Adon Still isn't some unstoppable war machine.  He's not a hero destined to save the world.  And as far as scruples go, he's a cold blooded killer.  But when a bullet knocks him down in a world without doctors, he's forced to ask himself how far he's willing to go to beat the clock and save the only bit of decency he's ever seen in this world.

What would you do to save the person you loved?  Would you tear yourself apart?  Would you kill a man?  Would you descend into a nightmarish world that had evolved beyond the need for reason?  For Adon Still, the answer is yes.



"What is that thing?" I shouted, my own voice muted in the roar of the wind.  He must have heard me, because I saw him shaking his head, tugging at the rope that led down into the shadow below.  Again I shouted, my hands occupied with hat and cane, "What does this mean?"

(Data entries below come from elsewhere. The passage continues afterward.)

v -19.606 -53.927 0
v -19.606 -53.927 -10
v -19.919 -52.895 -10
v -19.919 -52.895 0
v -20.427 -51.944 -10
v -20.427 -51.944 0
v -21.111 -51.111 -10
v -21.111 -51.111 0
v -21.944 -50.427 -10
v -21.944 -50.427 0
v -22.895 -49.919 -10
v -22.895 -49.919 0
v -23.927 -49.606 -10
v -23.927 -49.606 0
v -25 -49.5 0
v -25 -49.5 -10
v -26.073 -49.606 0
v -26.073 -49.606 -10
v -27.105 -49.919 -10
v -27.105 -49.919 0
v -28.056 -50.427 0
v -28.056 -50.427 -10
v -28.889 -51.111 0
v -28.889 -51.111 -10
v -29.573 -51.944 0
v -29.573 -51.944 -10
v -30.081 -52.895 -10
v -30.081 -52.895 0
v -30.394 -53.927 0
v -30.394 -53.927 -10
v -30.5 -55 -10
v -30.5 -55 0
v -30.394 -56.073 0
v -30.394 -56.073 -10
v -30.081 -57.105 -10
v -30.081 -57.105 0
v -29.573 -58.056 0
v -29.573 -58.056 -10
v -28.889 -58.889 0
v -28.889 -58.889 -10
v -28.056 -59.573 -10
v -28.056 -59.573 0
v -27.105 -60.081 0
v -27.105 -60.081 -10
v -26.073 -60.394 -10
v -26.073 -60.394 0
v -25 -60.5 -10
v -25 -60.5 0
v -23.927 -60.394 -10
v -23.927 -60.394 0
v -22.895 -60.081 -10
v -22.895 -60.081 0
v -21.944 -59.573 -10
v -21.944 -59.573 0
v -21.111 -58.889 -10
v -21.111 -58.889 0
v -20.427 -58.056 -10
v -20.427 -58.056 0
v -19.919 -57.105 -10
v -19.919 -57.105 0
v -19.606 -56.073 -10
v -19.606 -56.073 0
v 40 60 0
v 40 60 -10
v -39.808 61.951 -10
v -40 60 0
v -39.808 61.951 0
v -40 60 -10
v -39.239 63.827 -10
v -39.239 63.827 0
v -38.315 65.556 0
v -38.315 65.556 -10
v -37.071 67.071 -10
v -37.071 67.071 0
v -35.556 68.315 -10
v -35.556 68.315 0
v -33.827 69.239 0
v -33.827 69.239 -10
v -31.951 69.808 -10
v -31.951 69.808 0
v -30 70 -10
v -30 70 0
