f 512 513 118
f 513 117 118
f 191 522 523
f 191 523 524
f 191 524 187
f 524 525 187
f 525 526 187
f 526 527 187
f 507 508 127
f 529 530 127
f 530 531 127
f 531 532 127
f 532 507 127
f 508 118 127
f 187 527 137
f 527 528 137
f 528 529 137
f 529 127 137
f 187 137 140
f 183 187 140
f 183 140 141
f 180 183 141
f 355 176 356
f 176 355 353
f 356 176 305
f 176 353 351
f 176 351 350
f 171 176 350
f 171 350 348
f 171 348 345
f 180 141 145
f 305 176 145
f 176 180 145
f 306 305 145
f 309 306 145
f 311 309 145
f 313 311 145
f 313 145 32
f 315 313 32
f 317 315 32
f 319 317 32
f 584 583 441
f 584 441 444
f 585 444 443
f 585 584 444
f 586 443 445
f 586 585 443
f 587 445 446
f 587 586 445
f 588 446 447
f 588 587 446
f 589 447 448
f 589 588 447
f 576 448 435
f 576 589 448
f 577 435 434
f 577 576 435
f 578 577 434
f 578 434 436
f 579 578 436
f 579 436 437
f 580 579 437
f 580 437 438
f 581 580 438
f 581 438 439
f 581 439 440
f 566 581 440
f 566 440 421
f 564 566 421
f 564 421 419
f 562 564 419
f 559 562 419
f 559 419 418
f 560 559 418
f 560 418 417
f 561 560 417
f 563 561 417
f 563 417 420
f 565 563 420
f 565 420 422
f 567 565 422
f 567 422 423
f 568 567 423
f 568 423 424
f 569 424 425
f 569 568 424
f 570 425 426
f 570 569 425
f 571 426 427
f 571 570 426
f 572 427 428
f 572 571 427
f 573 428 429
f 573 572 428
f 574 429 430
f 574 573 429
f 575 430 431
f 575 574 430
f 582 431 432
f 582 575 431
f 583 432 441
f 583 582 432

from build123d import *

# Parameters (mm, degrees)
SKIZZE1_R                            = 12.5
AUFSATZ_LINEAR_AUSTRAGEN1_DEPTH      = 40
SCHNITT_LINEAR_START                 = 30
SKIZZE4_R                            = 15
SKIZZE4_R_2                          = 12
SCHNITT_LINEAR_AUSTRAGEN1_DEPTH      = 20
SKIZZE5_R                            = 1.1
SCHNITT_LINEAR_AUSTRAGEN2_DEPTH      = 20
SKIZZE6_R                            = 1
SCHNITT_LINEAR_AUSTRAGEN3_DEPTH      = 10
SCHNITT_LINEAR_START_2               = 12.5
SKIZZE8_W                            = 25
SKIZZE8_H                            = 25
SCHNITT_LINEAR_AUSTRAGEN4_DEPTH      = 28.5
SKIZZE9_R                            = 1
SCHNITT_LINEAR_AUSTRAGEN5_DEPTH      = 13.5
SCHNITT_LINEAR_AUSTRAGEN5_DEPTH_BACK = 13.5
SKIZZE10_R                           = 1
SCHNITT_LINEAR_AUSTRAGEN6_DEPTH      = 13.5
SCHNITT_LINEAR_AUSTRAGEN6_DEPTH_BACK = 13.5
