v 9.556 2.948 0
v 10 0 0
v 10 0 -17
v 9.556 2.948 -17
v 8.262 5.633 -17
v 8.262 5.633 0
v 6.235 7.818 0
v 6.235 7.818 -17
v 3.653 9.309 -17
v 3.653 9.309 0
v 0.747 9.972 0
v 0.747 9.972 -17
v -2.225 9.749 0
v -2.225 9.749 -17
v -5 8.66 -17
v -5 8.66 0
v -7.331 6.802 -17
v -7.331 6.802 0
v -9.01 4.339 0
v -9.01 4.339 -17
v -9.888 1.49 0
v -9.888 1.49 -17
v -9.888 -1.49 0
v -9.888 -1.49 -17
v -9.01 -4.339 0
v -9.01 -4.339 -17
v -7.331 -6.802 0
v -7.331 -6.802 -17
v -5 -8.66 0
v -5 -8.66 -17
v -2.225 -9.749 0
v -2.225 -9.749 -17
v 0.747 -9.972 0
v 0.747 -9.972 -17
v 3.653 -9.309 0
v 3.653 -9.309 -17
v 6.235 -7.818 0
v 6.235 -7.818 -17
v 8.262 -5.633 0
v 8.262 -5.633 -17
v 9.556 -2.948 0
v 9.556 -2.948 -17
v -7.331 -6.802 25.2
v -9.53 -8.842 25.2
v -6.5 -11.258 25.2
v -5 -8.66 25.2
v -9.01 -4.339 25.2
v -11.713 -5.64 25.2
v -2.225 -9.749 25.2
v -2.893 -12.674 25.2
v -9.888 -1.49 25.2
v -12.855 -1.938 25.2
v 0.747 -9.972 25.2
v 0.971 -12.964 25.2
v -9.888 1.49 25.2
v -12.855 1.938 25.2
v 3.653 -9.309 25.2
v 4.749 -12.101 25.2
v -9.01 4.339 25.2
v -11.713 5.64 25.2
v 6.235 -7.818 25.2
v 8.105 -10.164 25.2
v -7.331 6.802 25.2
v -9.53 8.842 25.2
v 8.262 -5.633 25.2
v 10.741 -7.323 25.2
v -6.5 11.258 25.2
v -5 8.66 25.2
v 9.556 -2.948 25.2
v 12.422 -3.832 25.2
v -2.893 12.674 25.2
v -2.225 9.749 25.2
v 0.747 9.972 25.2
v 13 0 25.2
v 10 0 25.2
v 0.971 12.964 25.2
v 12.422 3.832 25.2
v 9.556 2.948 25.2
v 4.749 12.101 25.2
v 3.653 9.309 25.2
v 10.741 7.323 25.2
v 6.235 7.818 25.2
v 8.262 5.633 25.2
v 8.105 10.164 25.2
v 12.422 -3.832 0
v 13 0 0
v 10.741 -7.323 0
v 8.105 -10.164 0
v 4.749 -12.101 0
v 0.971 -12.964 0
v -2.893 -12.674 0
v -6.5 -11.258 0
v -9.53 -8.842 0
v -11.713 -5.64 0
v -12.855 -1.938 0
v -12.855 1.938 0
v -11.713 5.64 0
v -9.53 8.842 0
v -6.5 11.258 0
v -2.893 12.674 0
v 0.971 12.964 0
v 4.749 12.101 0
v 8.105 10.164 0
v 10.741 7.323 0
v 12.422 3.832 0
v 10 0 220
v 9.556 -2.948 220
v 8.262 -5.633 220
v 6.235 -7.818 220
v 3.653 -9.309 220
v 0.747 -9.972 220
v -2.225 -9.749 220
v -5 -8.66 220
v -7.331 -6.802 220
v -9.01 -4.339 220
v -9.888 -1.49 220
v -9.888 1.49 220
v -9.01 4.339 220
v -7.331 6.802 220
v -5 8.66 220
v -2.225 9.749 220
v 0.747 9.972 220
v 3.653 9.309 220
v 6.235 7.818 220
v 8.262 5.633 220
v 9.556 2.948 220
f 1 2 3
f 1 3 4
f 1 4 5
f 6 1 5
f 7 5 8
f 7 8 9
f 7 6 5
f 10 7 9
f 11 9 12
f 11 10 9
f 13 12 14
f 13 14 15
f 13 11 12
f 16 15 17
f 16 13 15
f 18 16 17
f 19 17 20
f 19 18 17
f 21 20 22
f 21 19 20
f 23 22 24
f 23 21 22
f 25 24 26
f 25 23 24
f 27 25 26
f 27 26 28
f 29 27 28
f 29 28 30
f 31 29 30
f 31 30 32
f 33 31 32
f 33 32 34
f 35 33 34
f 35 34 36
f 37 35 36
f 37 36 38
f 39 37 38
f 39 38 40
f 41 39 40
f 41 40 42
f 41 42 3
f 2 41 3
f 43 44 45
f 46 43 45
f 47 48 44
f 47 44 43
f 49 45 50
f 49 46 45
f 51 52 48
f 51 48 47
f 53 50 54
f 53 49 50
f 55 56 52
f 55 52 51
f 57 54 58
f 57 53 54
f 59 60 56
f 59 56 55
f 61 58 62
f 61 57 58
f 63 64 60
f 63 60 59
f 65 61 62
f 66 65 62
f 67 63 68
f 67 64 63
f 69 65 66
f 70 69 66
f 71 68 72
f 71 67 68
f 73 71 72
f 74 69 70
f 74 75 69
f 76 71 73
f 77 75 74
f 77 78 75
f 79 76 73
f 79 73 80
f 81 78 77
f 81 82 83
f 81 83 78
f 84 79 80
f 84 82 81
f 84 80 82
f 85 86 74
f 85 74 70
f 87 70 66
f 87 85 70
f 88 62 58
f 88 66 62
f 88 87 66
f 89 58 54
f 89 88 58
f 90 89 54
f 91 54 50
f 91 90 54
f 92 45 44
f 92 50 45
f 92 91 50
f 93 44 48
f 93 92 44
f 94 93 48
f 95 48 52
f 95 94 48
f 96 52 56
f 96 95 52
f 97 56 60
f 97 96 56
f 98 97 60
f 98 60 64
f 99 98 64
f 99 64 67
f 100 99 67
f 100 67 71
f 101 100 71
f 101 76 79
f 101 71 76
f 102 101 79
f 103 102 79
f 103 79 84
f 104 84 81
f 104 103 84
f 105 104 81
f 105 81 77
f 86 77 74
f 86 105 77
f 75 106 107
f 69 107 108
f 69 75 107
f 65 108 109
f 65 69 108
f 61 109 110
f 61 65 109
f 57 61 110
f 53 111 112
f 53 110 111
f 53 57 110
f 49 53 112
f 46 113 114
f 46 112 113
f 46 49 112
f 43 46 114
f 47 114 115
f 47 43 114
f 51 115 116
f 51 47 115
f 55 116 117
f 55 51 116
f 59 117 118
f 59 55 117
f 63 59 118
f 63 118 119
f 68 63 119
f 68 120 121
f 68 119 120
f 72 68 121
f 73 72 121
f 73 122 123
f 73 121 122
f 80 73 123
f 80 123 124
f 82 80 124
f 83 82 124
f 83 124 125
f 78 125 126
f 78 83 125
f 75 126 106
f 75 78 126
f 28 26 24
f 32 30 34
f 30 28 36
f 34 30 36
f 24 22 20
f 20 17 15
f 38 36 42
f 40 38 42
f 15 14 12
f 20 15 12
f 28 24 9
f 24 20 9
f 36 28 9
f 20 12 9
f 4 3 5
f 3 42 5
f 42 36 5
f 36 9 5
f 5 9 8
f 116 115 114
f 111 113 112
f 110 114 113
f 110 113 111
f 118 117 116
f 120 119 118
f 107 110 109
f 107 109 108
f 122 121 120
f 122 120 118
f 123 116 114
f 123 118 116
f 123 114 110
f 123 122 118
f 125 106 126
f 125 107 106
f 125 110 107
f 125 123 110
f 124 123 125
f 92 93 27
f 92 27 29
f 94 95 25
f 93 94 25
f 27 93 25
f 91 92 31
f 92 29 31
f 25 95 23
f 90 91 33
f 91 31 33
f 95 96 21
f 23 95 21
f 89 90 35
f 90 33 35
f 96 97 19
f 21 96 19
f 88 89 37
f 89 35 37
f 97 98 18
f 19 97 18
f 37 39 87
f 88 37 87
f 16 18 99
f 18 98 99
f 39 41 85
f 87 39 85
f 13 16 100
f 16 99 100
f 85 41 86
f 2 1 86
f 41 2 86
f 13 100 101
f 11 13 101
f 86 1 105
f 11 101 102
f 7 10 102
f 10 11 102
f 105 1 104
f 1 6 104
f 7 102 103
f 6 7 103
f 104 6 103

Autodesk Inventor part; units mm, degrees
ref_plane "YZ Plane" through (0, 0, 0) normal (1, 0, 0) x (0, 1, 0)
ref_plane "XZ Plane" through (0, 0, 0) normal (0, 1, 0) x (-1, 0, 0)
ref_plane "XY Plane" through (0, 0, 0) normal (0, 0, 1) x (1, 0, 0)
sketch "Sketch1" plane through (0, 0, 0) normal (0, 0, 1) x (1, 0, 0)
  circle A0 centre (0, 0) radius 10
  circle A1 centre (0, 0) radius 13
  dimension "d0" = 20
  dimension "d1" = 3
extrude "Extrusion1" add sketch "Sketch1" along normal blind 25.2 contours A0 | A1
extrude "Extrusion2" add sketch "Sketch1" against normal blind 17 contours A0
extrude "Extrusion3" add sketch "Sketch1" along normal blind 220 contours A0
properties part number "Axle1" material "Aluminum 6061"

"It's in there, Adon!" Ebon called back, pointing with a shaking hand toward the hole, "Don't ask me what it is, but it's in there!"

"Has this always been here?" I called back to Freezy as she descended behind us.  Her eyes were squinting against the dust, a bit of silk in her hand, covering her face.
 
"No," she called back as we surrounded the metal spool leading toward the hole.
 
"We're going to have to go in there," Ebon said, quietly now that we were close together again, "It's in that damned hole, whatever it is."

Up on the hill Delphina was still standing looking down at us, glaring down into the tumbling Earth.  Freezy Breezy looked back at the hole, the wind playing a thunder across it like a man blows on the lid of a glass bottle.  I noticed it too.  It was screaming, that open hole in the Earth, crying out into a hot and unfeeling dry rain.